> _Problem statement_
Look for the line that has "v 429.916 4 -32.394" in the material below; please repeat it and every line after it, exactly, up to and including the line that has "v 13.484 4 -147.443", and nothing else.

> _Exercise material_
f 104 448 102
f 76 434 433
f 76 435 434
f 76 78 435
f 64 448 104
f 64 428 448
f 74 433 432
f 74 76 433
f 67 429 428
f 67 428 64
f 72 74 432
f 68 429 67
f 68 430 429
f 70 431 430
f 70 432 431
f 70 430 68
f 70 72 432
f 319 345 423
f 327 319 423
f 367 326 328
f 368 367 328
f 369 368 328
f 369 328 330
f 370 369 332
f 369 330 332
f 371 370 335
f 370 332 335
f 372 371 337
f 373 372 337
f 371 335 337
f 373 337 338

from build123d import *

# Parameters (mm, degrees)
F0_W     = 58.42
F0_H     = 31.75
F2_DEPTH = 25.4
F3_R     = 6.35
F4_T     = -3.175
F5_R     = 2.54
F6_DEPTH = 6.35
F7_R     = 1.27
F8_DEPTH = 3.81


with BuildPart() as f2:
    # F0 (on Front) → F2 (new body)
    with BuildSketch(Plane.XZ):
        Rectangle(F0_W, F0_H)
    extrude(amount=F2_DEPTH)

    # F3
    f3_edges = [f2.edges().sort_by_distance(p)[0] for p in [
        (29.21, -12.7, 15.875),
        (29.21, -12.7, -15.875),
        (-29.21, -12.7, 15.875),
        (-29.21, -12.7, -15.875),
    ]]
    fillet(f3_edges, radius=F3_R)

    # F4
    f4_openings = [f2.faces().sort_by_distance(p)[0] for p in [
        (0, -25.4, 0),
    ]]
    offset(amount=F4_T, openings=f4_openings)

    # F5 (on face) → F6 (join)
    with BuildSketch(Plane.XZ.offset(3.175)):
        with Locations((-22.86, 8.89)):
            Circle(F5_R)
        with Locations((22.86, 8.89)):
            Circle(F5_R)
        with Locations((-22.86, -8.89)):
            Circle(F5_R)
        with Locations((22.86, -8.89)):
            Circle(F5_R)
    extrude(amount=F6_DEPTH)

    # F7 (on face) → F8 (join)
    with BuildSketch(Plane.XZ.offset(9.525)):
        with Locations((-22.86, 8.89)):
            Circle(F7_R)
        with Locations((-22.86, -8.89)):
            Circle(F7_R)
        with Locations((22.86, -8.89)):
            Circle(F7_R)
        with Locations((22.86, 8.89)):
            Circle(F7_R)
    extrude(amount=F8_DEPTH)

* * *

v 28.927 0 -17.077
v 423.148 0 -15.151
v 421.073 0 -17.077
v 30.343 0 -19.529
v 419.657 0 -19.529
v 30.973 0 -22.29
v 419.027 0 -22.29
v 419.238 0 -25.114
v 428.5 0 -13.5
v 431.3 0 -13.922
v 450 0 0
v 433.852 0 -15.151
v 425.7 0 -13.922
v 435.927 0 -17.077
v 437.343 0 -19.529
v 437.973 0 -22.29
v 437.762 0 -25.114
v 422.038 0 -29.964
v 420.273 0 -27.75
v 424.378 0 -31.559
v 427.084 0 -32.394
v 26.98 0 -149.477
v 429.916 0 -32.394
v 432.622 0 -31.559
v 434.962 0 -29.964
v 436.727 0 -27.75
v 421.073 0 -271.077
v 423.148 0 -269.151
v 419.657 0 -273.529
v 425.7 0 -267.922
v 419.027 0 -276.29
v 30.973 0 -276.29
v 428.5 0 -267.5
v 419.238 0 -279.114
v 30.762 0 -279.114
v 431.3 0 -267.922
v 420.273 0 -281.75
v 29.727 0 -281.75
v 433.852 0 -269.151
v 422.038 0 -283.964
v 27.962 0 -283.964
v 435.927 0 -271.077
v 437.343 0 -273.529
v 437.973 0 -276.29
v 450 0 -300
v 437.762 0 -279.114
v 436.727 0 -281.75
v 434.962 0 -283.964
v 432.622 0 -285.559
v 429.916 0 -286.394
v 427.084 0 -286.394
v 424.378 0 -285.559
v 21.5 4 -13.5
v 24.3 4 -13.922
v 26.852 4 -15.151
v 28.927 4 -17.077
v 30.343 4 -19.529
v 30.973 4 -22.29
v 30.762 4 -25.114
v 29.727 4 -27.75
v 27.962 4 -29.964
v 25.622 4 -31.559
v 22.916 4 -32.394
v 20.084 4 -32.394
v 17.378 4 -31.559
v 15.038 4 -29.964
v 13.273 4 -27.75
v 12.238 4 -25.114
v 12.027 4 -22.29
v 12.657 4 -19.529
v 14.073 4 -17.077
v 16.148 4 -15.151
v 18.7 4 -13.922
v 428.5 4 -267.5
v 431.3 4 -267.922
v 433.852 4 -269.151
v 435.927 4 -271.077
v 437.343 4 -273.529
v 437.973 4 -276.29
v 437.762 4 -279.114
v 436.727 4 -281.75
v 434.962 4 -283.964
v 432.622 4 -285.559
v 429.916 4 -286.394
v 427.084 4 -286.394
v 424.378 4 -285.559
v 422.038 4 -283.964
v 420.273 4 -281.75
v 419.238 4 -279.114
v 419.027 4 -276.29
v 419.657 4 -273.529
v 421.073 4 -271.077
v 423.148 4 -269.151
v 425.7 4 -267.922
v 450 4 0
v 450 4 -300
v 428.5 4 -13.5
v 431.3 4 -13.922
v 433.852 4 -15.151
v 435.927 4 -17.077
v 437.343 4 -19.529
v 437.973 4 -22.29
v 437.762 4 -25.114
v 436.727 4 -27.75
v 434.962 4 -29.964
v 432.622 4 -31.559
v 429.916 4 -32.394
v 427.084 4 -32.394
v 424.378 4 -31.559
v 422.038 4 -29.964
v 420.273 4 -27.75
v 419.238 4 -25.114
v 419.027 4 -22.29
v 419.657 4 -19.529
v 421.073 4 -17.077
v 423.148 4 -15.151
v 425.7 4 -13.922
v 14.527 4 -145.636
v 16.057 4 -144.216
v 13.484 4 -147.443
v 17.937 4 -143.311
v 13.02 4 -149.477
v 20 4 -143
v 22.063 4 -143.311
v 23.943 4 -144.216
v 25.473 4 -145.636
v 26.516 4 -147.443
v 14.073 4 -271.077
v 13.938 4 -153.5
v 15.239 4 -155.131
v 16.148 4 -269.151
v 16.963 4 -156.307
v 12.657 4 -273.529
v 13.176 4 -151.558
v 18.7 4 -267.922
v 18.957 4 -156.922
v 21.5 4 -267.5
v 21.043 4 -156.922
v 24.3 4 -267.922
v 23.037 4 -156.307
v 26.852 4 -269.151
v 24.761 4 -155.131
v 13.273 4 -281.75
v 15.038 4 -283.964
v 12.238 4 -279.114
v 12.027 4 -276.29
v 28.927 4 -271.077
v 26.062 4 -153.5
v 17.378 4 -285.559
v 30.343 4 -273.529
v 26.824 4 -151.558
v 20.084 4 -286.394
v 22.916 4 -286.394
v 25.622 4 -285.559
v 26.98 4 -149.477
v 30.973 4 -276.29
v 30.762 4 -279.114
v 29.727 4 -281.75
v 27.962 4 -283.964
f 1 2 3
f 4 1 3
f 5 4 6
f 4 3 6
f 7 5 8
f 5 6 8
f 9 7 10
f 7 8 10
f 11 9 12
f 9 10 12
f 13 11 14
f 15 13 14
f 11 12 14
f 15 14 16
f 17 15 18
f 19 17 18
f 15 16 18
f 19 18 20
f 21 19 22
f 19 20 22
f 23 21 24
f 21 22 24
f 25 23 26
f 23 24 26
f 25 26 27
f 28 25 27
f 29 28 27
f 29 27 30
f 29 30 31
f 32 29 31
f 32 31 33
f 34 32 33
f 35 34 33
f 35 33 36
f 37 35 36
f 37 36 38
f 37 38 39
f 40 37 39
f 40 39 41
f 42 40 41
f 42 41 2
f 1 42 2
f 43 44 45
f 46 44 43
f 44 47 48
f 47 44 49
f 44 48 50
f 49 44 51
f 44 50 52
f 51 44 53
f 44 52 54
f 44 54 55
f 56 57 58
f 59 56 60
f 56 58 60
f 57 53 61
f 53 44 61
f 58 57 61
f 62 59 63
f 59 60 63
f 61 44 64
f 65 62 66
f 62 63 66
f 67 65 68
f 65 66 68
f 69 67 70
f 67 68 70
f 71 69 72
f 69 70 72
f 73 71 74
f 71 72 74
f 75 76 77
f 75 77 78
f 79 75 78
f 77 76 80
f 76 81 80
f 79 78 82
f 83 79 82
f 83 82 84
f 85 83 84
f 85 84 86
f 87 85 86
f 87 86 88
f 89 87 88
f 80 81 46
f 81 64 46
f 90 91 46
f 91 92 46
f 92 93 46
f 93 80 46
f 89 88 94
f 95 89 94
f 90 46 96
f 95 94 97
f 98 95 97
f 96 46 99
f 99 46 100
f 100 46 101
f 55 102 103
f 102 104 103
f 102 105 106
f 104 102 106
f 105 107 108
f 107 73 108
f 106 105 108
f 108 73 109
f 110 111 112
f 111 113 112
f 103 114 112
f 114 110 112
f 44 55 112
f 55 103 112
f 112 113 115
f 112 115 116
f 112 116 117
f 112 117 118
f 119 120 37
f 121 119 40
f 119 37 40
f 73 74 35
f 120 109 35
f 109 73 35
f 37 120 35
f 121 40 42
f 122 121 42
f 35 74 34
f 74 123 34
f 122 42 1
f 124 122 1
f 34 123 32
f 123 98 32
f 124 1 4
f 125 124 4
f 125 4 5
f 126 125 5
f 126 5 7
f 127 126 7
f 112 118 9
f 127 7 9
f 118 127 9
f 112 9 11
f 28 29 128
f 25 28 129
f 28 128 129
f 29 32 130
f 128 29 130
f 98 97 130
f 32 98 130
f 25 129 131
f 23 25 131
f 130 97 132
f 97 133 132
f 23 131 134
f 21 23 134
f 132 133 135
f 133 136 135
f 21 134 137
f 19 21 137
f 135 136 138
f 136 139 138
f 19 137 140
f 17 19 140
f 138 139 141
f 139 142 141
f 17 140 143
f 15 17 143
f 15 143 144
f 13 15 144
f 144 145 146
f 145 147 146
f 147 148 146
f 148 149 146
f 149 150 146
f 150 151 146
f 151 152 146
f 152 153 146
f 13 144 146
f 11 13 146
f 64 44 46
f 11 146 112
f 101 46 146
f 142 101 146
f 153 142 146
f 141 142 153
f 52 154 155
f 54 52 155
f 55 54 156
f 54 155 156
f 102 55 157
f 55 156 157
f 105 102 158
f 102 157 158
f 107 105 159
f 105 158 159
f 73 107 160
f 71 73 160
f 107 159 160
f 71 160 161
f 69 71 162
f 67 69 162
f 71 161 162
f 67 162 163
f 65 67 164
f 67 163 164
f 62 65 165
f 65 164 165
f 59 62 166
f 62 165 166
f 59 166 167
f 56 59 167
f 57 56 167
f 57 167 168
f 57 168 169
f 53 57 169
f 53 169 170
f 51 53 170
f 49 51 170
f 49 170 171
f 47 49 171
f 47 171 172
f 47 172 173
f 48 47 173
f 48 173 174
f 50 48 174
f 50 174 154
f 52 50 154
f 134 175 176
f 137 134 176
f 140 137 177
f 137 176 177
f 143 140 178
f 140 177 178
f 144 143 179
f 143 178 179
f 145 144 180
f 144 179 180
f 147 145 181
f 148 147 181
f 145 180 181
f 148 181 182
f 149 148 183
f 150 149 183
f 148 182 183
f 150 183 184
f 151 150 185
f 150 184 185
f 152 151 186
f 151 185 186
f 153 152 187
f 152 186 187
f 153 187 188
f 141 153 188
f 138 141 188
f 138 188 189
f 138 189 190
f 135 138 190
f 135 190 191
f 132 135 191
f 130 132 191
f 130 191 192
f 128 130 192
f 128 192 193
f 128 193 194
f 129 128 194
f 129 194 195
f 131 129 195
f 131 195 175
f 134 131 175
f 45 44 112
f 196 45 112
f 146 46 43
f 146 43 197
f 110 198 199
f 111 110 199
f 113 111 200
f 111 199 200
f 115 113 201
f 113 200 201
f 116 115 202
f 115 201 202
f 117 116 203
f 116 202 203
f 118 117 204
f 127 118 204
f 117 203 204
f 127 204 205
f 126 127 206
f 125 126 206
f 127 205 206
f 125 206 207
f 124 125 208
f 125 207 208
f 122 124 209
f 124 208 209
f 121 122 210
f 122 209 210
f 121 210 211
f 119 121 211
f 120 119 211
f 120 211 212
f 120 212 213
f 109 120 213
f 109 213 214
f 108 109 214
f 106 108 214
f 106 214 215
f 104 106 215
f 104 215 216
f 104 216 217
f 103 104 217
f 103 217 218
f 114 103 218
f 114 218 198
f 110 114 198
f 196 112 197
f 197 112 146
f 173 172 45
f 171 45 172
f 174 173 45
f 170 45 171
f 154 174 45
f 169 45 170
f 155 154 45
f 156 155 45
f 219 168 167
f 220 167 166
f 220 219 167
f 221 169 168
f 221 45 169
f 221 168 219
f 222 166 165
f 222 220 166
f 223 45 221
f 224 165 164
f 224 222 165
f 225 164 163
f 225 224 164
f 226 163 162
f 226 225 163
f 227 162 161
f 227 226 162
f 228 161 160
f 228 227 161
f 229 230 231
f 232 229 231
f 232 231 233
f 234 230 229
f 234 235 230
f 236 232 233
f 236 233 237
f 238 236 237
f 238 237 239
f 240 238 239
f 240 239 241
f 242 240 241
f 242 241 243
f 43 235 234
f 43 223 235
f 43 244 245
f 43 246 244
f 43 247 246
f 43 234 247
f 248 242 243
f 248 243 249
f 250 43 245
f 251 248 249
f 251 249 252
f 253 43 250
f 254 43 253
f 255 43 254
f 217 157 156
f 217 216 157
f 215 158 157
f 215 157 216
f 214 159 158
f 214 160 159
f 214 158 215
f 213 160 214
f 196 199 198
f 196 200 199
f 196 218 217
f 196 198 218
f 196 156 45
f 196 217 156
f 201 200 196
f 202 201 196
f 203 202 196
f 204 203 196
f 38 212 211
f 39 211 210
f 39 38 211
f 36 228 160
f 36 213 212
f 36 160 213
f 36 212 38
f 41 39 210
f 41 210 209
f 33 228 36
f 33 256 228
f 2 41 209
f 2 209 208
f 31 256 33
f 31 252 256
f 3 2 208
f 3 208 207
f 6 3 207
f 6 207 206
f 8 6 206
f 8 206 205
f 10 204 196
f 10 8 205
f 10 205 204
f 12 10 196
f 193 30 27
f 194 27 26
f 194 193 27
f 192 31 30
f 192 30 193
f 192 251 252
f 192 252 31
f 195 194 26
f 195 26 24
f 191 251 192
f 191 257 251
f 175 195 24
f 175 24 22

> _Solution_
v 429.916 4 -32.394
v 427.084 4 -32.394
v 424.378 4 -31.559
v 422.038 4 -29.964
v 420.273 4 -27.75
v 419.238 4 -25.114
v 419.027 4 -22.29
v 419.657 4 -19.529
v 421.073 4 -17.077
v 423.148 4 -15.151
v 425.7 4 -13.922
v 14.527 4 -145.636
v 16.057 4 -144.216
v 13.484 4 -147.443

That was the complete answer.